As for this Brooklyn mission, I’m surprising myself by handling the hard things. Meeting the fuckery head-on, facing it all down. Sometimes I forget how badass I am, how smart and wise I can be. Remnants of old insecurity and low self-worth feelings linger like fart fumes. The ghost of my past self—hovering, watching, hand-wringing. But I’m not her anymore. I must remember: I am not the woman I used to be.
I’m badass. Deadass. Unfuckwithable. Beautiful and Brilliant. The more I say it, the more I believe it, the truer it becomes.
Randomosity . . . .
Brooklyn—New York, in general—has become increasingly known for its potential danger. Travel blogs and advisories often warn visitors to be careful. I can’t speak for all Brooklynites. Nor can I speak for all black people. But I will never be afraid of navigating through Brooklyn. I grew up here. These are my people. Even the scary looking ones who—may or may not—pose a threat. Death and danger are constant lurkers in life, surrounding us no matter where we go across this planet. So what? Life is a jungle. It’s our shared reality as human beings.

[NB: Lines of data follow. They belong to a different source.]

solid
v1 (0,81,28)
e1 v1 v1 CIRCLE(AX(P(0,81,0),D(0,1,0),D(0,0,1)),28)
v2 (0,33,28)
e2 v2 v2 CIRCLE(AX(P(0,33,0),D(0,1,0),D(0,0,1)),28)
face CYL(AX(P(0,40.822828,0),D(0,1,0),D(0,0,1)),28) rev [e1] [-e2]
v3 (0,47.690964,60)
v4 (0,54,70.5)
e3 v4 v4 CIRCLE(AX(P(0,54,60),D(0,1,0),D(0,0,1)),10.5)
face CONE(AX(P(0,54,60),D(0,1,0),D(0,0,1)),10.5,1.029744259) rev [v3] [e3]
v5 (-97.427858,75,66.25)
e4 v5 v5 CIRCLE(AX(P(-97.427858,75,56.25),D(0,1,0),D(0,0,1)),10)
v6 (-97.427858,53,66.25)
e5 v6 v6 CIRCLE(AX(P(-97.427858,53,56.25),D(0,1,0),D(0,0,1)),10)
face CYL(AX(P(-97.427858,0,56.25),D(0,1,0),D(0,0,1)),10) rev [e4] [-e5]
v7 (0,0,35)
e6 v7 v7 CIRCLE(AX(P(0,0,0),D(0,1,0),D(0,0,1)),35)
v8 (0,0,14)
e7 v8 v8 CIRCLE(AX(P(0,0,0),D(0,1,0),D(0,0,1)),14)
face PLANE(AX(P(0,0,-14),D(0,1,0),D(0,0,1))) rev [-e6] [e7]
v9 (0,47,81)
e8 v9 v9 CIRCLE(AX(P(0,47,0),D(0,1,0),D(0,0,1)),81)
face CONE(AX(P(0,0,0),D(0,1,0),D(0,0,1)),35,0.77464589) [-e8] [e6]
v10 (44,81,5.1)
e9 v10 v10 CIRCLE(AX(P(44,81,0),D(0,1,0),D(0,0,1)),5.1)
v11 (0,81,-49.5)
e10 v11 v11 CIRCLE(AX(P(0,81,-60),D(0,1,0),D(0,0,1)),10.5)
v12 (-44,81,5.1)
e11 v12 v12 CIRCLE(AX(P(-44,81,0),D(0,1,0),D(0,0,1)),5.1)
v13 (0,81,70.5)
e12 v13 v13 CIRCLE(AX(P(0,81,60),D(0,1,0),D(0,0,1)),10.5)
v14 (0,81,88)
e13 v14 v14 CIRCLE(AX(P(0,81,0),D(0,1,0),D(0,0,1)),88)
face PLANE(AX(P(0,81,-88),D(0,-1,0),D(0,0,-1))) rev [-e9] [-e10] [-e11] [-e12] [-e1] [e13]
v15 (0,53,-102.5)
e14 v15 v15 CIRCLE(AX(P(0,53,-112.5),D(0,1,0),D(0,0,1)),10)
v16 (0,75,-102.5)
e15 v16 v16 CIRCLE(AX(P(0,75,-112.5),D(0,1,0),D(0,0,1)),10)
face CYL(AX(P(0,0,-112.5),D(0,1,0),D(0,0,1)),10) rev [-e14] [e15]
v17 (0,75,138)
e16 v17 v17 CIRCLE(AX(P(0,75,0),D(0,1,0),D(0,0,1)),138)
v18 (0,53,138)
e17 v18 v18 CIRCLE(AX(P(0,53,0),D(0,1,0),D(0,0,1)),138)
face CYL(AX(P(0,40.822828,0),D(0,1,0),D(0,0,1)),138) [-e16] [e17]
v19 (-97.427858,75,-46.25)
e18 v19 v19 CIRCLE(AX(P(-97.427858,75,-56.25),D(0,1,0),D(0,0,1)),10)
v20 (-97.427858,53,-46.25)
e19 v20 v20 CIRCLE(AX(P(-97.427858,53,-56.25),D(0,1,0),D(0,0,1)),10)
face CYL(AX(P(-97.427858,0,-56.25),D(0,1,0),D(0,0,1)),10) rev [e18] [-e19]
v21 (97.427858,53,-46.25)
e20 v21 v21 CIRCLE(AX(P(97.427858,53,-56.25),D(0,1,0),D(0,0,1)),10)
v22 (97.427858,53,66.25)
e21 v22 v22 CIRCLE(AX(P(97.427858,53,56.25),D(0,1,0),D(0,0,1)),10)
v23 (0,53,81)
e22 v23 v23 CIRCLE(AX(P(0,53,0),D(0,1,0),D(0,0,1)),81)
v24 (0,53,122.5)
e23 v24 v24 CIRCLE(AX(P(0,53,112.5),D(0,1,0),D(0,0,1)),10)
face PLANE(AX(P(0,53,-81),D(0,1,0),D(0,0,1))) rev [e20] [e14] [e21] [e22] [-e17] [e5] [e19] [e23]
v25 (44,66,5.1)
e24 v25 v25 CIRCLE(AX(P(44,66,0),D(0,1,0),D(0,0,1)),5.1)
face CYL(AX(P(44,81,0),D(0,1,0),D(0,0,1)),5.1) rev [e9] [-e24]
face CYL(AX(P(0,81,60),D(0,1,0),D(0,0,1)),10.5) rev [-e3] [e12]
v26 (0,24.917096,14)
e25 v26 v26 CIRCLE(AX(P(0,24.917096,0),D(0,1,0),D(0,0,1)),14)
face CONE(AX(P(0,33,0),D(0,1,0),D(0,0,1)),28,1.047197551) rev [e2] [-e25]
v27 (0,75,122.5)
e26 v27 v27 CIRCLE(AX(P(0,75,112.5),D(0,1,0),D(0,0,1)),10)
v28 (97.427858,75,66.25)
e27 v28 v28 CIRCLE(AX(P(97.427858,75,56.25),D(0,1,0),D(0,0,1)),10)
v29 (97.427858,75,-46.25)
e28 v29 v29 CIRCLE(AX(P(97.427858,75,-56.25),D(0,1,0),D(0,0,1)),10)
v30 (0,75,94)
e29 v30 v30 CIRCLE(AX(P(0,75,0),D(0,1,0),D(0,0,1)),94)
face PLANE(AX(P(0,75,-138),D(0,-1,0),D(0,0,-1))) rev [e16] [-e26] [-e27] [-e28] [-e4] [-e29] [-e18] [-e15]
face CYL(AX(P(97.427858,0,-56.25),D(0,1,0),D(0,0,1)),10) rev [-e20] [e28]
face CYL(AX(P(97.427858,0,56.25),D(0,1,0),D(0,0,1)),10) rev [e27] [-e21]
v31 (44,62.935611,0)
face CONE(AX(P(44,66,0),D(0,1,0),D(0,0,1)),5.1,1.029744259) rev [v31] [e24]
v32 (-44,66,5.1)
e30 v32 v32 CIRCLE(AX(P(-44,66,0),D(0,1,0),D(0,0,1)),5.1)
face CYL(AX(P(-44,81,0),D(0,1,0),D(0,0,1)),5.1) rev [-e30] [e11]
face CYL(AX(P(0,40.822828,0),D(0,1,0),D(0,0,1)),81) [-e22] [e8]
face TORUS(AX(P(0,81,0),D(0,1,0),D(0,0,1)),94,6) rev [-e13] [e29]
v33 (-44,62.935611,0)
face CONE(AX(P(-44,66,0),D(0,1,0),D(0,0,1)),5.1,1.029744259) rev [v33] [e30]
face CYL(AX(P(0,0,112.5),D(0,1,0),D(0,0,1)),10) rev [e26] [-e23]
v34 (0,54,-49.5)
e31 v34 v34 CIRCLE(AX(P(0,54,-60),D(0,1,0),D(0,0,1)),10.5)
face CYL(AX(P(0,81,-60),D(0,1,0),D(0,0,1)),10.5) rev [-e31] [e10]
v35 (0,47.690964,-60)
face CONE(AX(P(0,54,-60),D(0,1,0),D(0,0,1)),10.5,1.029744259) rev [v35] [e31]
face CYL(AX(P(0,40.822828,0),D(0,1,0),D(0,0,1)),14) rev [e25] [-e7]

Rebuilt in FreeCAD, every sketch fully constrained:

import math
import FreeCAD as App
import Part
import Sketcher

V = App.Vector
Q = App.Units.Quantity

doc = App.newDocument("Part")
body = doc.addObject("PartDesign::Body", "Body")

# Sketch on YZ plane
sketch1 = body.newObject("Sketcher::SketchObject", "Sketch")
sketch1.AttachmentSupport = (doc.getObject("YZ_Plane"), [""])
sketch1.MapMode = "FlatFace"
sketch1.addGeometry([
    Part.LineSegment(V(0, -14, 0), V(0, -35, 0)),  # 0
    Part.LineSegment(V(0, -35, 0), V(47, -81, 0)),  # 1
    Part.LineSegment(V(47, -81, 0), V(53, -81, 0)),  # 2
    Part.LineSegment(V(53, -81, 0), V(53, -138, 0)),  # 3
    Part.LineSegment(V(53, -138, 0), V(75, -138, 0)),  # 4
    Part.LineSegment(V(75, -138, 0), V(75, -94, 0)),  # 5
    Part.ArcOfCircle(Part.Circle(V(81, -94, 0), V(0, 0, 1), 6), math.radians(90), math.radians(180)),  # 6
    Part.LineSegment(V(81, -88, 0), V(81, -28, 0)),  # 7
    Part.LineSegment(V(81, -28, 0), V(33, -28, 0)),  # 8
    Part.LineSegment(V(33, -28, 0), V(25, -14, 0)),  # 9
    Part.LineSegment(V(25, -14, 0), V(0, -14, 0)),  # 10
], False)
sketch1.addConstraint([
    Sketcher.Constraint("Coincident", 0, 2, 1, 1),
    Sketcher.Constraint("Coincident", 1, 2, 2, 1),
    Sketcher.Constraint("Coincident", 2, 2, 3, 1),
    Sketcher.Constraint("Coincident", 3, 2, 4, 1),
    Sketcher.Constraint("Coincident", 4, 2, 5, 1),
    Sketcher.Constraint("Tangent", 5, 2, 6, 2),
    Sketcher.Constraint("Coincident", 6, 1, 7, 1),
    Sketcher.Constraint("Coincident", 7, 2, 8, 1),
    Sketcher.Constraint("Coincident", 8, 2, 9, 1),
    Sketcher.Constraint("Coincident", 9, 2, 10, 1),
    Sketcher.Constraint("Coincident", 10, 2, 0, 1),
    Sketcher.Constraint("Vertical", 0),
    Sketcher.Constraint("Horizontal", 2),
    Sketcher.Constraint("Vertical", 3),
    Sketcher.Constraint("Horizontal", 4),
    Sketcher.Constraint("Vertical", 5),
    Sketcher.Constraint("Vertical", 7),
    Sketcher.Constraint("Horizontal", 8),
    Sketcher.Constraint("Horizontal", 10),
    Sketcher.Constraint("PointOnObject", 0, 2, -2),
    Sketcher.Constraint("Radius", 6, Q("6 mm")),
    Sketcher.Constraint("DistanceX", 2, 1, 2, 2, Q("6 mm")),
    Sketcher.Constraint("DistanceX", 4, 1, 4, 2, Q("22 mm")),
    Sketcher.Constraint("DistanceX", 8, 2, 8, 1, Q("48 mm")),
    Sketcher.Constraint("DistanceY", 0, 2, 0, 1, Q("21 mm")),
    Sketcher.Constraint("DistanceY", 3, 2, 3, 1, Q("57 mm")),
    Sketcher.Constraint("DistanceY", 5, 1, 5, 2, Q("44 mm")),
    Sketcher.Constraint("DistanceY", 7, 1, 7, 2, Q("60 mm")),
    Sketcher.Constraint("Angle", 9, Q("120 deg")),
    Sketcher.Constraint("DistanceX", -1, 1, 6, 3, Q("81 mm")),
    Sketcher.Constraint("DistanceY", 6, 3, -1, 1, Q("94 mm")),
    Sketcher.Constraint("DistanceY", 0, 2, -1, 1, Q("35 mm")),
    Sketcher.Constraint("DistanceX", -1, 1, 6, 1, Q("81 mm")),
])
revolution = body.newObject("PartDesign::Revolution", "Revolution")
revolution.Profile = sketch1
revolution.ReferenceAxis = (sketch1, ["H_Axis"])
revolution.Angle = 360

# Sketch on XZ plane
sketch2 = body.newObject("Sketcher::SketchObject", "Sketch001")
sketch2.AttachmentSupport = (doc.getObject("XZ_Plane"), [""])
sketch2.MapMode = "FlatFace"
sketch2.AttachmentOffset = App.Placement(V(0, 0, -75), App.Rotation())
sketch2.addGeometry([
    Part.Circle(V(0, -112, 0), V(0, 0, 1), 10),  # 0
    Part.Circle(V(97, -56, 0), V(0, 0, 1), 10),  # 1
    Part.Circle(V(97, 56, 0), V(0, 0, 1), 10),  # 2
    Part.Circle(V(0, 112, 0), V(0, 0, 1), 10),  # 3
    Part.Circle(V(-97, 56, 0), V(0, 0, 1), 10),  # 4
    Part.Circle(V(-97, -56, 0), V(0, 0, 1), 10),  # 5
], False)
sketch2.addConstraint([
    Sketcher.Constraint("Equal", 0, 1),
    Sketcher.Constraint("Equal", 1, 2),
    Sketcher.Constraint("Equal", 2, 3),
    Sketcher.Constraint("Equal", 3, 4),
    Sketcher.Constraint("Equal", 4, 5),
    Sketcher.Constraint("Symmetric", 0, 3, 3, 3, -1, 1),
    Sketcher.Constraint("Symmetric", 1, 3, 4, 3, -1, 1),
    Sketcher.Constraint("Symmetric", 2, 3, 5, 3, -1, 1),
    Sketcher.Constraint("Symmetric", 2, 3, 4, 3, -2),
    Sketcher.Constraint("PointOnObject", 0, 3, -2),
    Sketcher.Constraint("Diameter", 0, Q("20 mm")),
    Sketcher.Constraint("DistanceY", 0, 3, 3, 3, Q("225 mm")),
    Sketcher.Constraint("DistanceY", 1, 3, 2, 3, Q("112.5 mm")),
    Sketcher.Constraint("DistanceX", -1, 1, 1, 3, Q("97.427858 mm")),
])
pocket1 = body.newObject("PartDesign::Pocket", "Pocket")
pocket1.Profile = sketch2
pocket1.Type = "ThroughAll"
pocket1.Reversed = True

# Sketch on XZ plane
sketch3 = body.newObject("Sketcher::SketchObject", "Sketch002")
sketch3.AttachmentSupport = (doc.getObject("XZ_Plane"), [""])
sketch3.MapMode = "FlatFace"
sketch3.AttachmentOffset = App.Placement(V(0, 0, -81), App.Rotation())
sketch3.addGeometry([
    Part.Circle(V(0, -60, 0), V(0, 0, 1), 10),
    Part.Circle(V(0, 60, 0), V(0, 0, 1), 10),
    Part.Circle(V(-6, 5, 0), V(0, 0, 1), 10),
], False)
sketch3.addConstraint([
    Sketcher.Constraint("Equal", 0, 1),
    Sketcher.Constraint("Equal", 1, 2),
    Sketcher.Constraint("Symmetric", 0, 3, 1, 3, -1, 1),
    Sketcher.Constraint("PointOnObject", 0, 3, -2),
    Sketcher.Constraint("Diameter", 0, Q("21 mm")),
    Sketcher.Constraint("DistanceY", 0, 3, -1, 1, Q("60 mm")),
    Sketcher.Constraint("DistanceX", 2, 3, -1, 1, Q("5.787214 mm")),
    Sketcher.Constraint("DistanceY", -1, 1, 2, 3, Q("5.032103 mm")),
])
doc.recompute()
hole = body.newObject("PartDesign::Hole", "Hole")
hole.Profile = sketch3
hole.ThreadType = "None"
hole.Diameter = 21
hole.DepthType = "Dimension"
hole.Depth = 27
hole.DrillPoint = "Angled"
hole.DrillPointAngle = 118
hole.Reversed = True

# Sketch on XZ plane
sketch4 = body.newObject("Sketcher::SketchObject", "Sketch003")
sketch4.AttachmentSupport = (doc.getObject("XZ_Plane"), [""])
sketch4.MapMode = "FlatFace"
sketch4.AttachmentOffset = App.Placement(V(0, 0, -81), App.Rotation())
sketch4.addGeometry([
    Part.Circle(V(-44, 0, 0), V(0, 0, 1), 5),
    Part.Circle(V(44, 0, 0), V(0, 0, 1), 5),
], False)
sketch4.addConstraint([
    Sketcher.Constraint("Equal", 0, 1),
    Sketcher.Constraint("Symmetric", 0, 3, 1, 3, -1, 1),
    Sketcher.Constraint("PointOnObject", 0, 3, -1),
    Sketcher.Constraint("Diameter", 0, Q("10.2 mm")),
    Sketcher.Constraint("DistanceX", 0, 3, -1, 1, Q("44 mm")),
])
doc.recompute()
hole2 = body.newObject("PartDesign::Hole", "Hole001")
hole2.Profile = sketch4
hole2.ThreadType = "None"
hole2.Diameter = 10.2
hole2.DepthType = "Dimension"
hole2.Depth = 15
hole2.DrillPoint = "Angled"
hole2.DrillPointAngle = 118
hole2.Reversed = True

doc.recompute()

I love traveling on the buses and subways. Hell yeah! Buses and subways are my shit. First, because it’s cheaper than taxis and I’m a frugal bitch. Second, I enjoy people watching. Nothing satisfies my writerly heart and general
nosinesscuriosity more than watching people. In a place like Brooklyn, I get to see hundreds—sometimes even thousands!—of people a day when I ride public transportation.I am thankful for the hard/traumatizing/horrific childhood conditions I grew up in. Having parents who were a little unhinged. I never thought I’d say that. Especially when I was in my early twenties, helpless in mental anguish and rage. But facts are facts: my childhood prepared me for the truth of life—for how hard it would get out here, for the inevitable cruelty of The World, for the unjustness. Oh how I used to envy the well-loved among us, how I used to wish I was raised in a “normal” family. Because I thought I was missing out on a better life with better people who might have been more loving and kept me safer. But then I wouldn’t be the person I am today. A girl who made it. I’m still alive. I like the person I’ve become. I cherish her. Sure, I’m still learning to be comfortable in my skin, still disentangling from years of self-loathing that seeped in via osmosis and propaganda. A work in progress, I’m still becoming. But overall, I’m grateful for all the hard bits. Because when thrilling moments happen and good days come, I lick and slurp at them like melted ice cream in summer heat. Surviving trauma made me more grateful.
There are specifics about this trip that I can’t write about (here). So I’m having to pick carefully around core developments the way one examines the detritus in a junk drawer. Searching for what to keep and what to discard. What gets written here and what gets withheld. The point is to keep showing up to the blank page, to keep writing.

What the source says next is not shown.